### Task description
Every line from the one with "#148=PLANE('',#114);" to the one with "FreeCAD Python script", including those two, is to be copied exactly; all other lines of the entries below are left out.

--- --- ---

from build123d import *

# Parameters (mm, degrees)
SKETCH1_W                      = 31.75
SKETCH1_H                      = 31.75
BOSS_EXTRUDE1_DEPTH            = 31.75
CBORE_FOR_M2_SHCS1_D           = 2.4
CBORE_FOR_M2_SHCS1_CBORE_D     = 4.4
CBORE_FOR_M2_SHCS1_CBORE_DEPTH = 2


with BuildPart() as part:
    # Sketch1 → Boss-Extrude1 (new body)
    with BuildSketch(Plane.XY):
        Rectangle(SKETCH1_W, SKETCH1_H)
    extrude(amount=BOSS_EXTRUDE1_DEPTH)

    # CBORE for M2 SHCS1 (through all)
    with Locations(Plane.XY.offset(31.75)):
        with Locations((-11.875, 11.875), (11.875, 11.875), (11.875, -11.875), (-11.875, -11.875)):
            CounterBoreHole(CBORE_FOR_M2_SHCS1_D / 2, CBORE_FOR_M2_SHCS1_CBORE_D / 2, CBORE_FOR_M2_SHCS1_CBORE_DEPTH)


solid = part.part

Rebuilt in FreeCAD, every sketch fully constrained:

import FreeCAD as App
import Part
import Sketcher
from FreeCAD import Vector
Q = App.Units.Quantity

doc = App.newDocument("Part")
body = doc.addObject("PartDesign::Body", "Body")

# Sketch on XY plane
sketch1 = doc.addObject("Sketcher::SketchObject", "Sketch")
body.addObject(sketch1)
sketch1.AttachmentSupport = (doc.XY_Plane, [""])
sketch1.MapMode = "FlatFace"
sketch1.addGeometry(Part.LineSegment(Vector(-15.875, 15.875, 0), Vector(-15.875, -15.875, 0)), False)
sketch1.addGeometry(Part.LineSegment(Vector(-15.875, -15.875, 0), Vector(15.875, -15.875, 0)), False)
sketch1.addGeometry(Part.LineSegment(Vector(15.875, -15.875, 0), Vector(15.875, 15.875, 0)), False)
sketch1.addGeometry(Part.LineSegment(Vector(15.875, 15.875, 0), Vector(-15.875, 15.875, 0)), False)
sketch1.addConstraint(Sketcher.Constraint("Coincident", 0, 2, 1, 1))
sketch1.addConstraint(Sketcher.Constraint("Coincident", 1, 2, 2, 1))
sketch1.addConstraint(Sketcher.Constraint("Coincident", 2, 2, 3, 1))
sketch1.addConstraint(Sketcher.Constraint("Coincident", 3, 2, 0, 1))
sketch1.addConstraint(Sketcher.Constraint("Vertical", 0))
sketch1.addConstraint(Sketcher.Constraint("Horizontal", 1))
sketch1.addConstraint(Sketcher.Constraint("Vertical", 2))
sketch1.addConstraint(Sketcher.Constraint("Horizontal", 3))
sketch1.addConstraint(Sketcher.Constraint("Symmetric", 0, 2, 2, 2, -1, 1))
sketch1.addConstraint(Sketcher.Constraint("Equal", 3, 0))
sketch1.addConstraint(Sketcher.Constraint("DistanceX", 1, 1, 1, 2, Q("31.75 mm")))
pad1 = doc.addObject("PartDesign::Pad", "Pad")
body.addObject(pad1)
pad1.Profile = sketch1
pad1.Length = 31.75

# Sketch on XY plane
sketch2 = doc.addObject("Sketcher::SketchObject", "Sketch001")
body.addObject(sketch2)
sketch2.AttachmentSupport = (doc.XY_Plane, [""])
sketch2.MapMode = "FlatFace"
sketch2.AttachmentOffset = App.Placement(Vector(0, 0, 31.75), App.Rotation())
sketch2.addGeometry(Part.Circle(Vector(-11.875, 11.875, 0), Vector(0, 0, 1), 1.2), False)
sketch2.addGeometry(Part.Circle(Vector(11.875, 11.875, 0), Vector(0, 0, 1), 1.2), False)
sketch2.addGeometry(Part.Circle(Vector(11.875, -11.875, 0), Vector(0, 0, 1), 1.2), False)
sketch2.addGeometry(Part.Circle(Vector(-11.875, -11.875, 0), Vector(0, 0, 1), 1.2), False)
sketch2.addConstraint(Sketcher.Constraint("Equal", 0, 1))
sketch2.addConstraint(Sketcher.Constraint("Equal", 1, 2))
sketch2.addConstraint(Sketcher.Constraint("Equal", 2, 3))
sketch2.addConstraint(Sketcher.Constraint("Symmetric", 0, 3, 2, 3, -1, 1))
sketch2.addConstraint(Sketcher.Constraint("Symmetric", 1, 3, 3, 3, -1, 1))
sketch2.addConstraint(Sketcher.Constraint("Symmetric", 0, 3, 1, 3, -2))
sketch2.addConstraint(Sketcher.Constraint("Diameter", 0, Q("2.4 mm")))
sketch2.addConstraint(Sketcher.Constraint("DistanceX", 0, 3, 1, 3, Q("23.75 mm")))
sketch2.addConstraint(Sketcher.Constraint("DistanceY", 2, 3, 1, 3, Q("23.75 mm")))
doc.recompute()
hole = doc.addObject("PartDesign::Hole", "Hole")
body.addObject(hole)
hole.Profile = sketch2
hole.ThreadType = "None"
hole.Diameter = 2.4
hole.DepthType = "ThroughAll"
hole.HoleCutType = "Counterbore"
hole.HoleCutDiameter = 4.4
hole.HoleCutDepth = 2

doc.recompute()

--- --- ---

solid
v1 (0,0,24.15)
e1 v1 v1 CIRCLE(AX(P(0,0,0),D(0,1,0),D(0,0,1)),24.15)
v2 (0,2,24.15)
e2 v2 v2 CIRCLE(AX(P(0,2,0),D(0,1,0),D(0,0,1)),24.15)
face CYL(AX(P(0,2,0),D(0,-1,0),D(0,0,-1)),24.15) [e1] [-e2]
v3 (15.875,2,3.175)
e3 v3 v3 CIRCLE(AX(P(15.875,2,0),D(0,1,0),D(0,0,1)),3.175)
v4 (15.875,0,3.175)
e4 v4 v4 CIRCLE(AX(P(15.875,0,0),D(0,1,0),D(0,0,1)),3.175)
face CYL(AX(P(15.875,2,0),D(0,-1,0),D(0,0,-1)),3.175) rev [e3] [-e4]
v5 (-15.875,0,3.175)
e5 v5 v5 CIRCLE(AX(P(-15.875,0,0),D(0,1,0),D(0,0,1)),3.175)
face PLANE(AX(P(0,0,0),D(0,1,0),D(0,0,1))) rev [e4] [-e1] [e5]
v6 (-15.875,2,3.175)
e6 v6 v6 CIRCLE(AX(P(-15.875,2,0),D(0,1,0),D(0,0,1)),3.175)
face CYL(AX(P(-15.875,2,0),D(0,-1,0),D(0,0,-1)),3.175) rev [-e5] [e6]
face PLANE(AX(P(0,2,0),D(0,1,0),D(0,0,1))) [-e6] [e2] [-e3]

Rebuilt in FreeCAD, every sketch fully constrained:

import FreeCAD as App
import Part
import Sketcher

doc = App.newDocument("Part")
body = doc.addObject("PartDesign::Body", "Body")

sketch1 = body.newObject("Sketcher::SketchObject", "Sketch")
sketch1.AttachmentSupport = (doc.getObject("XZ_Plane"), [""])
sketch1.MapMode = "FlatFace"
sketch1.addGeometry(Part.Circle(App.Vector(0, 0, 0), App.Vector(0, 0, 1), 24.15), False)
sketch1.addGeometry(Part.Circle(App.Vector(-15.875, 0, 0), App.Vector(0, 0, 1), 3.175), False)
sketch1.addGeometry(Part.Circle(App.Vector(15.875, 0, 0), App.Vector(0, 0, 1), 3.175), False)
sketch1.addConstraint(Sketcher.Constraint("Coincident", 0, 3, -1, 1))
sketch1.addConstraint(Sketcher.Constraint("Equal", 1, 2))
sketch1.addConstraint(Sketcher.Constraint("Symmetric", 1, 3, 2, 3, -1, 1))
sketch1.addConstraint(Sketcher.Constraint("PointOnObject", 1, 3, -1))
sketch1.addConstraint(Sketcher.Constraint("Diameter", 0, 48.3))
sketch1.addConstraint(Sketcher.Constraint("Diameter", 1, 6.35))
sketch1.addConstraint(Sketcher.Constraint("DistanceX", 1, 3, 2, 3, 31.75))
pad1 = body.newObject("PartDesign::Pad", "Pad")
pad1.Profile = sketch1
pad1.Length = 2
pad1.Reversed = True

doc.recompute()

--- --- ---

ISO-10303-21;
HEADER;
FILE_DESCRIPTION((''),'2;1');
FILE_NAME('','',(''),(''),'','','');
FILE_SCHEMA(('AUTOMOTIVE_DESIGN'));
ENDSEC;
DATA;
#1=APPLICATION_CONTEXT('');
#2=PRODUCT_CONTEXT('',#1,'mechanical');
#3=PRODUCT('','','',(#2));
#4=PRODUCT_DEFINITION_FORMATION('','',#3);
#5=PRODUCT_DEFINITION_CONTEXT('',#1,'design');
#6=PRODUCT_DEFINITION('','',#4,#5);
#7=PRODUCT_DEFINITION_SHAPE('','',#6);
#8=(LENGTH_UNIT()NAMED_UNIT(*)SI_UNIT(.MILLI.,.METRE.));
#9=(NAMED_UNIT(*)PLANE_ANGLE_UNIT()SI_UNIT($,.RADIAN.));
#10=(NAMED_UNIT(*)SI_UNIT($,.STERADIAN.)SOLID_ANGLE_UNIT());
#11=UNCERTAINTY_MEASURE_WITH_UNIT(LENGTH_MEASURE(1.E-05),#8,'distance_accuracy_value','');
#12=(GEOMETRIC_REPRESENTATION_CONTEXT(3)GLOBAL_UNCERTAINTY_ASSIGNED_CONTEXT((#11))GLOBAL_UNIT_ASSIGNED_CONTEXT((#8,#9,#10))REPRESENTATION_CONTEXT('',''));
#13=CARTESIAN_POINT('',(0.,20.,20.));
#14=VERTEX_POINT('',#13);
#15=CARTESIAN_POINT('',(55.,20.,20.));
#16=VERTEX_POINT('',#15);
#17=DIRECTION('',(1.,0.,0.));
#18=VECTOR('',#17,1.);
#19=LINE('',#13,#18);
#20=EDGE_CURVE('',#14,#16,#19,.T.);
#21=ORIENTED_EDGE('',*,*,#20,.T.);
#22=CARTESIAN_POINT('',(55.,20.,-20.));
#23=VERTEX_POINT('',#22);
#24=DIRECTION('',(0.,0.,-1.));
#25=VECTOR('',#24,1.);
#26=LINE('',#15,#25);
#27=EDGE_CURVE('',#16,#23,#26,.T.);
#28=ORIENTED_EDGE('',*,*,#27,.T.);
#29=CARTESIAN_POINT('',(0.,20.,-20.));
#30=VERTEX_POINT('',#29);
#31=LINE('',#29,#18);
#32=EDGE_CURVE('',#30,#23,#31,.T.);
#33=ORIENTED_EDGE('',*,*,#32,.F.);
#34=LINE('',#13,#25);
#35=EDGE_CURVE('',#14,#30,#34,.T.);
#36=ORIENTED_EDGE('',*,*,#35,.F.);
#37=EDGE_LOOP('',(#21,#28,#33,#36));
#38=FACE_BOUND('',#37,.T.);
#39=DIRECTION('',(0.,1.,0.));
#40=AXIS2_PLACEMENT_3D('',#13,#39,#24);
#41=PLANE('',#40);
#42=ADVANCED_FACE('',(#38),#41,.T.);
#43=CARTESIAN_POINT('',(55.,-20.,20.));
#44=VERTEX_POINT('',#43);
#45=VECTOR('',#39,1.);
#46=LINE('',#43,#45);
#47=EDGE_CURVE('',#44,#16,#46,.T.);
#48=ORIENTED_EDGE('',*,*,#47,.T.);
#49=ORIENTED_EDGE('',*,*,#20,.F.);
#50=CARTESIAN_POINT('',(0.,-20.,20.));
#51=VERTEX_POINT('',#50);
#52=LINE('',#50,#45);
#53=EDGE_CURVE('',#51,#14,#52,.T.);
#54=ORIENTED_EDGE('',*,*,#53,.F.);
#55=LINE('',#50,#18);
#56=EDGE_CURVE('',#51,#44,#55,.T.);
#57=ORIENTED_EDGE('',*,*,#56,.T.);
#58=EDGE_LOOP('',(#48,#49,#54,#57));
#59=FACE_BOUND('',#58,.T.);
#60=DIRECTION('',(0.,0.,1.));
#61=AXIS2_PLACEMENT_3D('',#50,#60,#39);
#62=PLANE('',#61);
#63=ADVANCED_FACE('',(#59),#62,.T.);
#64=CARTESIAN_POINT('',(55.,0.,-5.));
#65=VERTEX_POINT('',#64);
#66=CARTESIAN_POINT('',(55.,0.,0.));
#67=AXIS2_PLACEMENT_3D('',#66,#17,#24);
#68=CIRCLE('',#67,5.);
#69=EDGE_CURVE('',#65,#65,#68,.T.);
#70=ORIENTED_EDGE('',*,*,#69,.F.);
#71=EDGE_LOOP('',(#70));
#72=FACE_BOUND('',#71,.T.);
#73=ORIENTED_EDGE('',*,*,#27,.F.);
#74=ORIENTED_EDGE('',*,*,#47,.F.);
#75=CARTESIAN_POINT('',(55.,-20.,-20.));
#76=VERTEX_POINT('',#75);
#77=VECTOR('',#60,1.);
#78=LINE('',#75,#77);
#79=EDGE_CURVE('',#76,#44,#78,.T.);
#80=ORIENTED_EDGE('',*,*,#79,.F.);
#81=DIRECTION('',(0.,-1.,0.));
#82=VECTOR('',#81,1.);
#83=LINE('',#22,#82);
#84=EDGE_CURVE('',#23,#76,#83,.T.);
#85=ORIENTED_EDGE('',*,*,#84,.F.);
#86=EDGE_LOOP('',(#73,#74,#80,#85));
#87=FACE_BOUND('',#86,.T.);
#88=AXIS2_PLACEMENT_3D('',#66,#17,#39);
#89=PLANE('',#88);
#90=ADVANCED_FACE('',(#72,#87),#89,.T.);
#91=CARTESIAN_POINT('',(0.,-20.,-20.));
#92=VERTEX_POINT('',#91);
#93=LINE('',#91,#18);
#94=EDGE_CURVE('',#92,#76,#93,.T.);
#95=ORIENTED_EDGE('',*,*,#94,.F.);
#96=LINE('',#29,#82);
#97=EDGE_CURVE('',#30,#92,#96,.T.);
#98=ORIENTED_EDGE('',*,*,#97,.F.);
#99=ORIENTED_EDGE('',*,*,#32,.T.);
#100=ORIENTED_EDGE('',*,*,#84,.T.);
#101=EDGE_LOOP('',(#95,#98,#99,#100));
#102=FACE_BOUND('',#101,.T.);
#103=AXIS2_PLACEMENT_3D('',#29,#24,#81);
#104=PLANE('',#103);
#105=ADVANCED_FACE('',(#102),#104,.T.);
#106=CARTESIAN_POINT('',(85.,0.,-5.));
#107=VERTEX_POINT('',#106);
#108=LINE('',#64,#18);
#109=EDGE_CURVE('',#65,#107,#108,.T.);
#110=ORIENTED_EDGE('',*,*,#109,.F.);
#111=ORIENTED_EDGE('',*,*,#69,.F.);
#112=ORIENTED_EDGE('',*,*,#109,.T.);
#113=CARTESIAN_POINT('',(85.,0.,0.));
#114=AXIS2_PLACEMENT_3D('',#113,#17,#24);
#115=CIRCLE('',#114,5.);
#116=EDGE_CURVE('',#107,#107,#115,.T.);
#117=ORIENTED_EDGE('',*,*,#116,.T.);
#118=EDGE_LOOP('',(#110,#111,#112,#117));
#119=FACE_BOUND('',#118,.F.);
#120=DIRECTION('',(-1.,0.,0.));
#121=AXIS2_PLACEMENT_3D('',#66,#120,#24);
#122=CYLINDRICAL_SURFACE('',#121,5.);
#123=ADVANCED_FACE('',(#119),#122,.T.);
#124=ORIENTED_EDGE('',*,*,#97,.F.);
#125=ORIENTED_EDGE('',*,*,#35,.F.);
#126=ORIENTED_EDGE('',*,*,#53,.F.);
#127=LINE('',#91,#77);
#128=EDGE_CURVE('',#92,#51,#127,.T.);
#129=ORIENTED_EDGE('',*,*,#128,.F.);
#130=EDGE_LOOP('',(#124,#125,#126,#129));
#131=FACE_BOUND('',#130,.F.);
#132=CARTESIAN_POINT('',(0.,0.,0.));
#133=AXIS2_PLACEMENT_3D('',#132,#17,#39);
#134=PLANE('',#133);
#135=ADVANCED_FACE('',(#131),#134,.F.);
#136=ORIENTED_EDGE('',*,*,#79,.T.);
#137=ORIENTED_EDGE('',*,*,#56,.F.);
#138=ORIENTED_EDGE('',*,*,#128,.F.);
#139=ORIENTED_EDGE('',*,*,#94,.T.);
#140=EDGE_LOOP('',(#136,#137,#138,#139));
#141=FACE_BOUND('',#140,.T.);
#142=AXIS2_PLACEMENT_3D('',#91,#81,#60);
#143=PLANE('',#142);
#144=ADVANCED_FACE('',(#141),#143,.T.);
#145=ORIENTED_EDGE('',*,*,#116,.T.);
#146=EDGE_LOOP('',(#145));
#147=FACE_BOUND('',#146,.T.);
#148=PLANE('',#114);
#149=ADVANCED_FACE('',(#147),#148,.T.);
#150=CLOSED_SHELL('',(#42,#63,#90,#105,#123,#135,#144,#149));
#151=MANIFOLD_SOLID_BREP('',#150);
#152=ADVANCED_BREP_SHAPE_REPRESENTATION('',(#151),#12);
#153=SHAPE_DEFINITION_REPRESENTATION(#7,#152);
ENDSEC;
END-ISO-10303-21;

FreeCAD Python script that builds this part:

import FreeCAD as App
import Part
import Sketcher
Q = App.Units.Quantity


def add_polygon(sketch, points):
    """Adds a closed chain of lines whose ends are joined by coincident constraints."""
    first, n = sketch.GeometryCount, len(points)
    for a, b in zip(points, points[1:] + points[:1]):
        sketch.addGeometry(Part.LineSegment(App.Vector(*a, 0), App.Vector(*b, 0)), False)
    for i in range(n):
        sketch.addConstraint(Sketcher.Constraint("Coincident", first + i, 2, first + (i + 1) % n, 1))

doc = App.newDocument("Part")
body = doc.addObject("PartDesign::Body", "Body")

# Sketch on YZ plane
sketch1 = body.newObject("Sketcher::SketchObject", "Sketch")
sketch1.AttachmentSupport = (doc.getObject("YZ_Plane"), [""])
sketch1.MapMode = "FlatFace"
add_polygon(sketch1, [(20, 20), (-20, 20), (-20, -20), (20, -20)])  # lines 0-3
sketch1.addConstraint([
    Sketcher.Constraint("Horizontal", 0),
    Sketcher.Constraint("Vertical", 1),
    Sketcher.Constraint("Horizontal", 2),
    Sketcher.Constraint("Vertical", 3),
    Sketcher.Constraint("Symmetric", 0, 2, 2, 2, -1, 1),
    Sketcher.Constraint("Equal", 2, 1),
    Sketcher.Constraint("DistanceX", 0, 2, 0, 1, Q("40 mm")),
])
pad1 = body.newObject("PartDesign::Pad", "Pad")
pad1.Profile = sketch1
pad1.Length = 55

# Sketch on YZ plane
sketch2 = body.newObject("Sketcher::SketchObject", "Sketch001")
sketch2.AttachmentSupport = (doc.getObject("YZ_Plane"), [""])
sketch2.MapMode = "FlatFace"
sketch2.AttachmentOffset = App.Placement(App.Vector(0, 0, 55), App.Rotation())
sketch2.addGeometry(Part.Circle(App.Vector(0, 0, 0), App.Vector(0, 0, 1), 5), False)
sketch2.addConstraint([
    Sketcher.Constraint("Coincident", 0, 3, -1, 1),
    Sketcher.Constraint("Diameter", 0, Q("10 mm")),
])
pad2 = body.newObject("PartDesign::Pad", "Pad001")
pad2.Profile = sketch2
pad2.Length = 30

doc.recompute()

--- --- ---

### Your solution
#148=PLANE('',#114);
#149=ADVANCED_FACE('',(#147),#148,.T.);
#150=CLOSED_SHELL('',(#42,#63,#90,#105,#123,#135,#144,#149));
#151=MANIFOLD_SOLID_BREP('',#150);
#152=ADVANCED_BREP_SHAPE_REPRESENTATION('',(#151),#12);
#153=SHAPE_DEFINITION_REPRESENTATION(#7,#152);
ENDSEC;
END-ISO-10303-21;

FreeCAD Python script that builds this part:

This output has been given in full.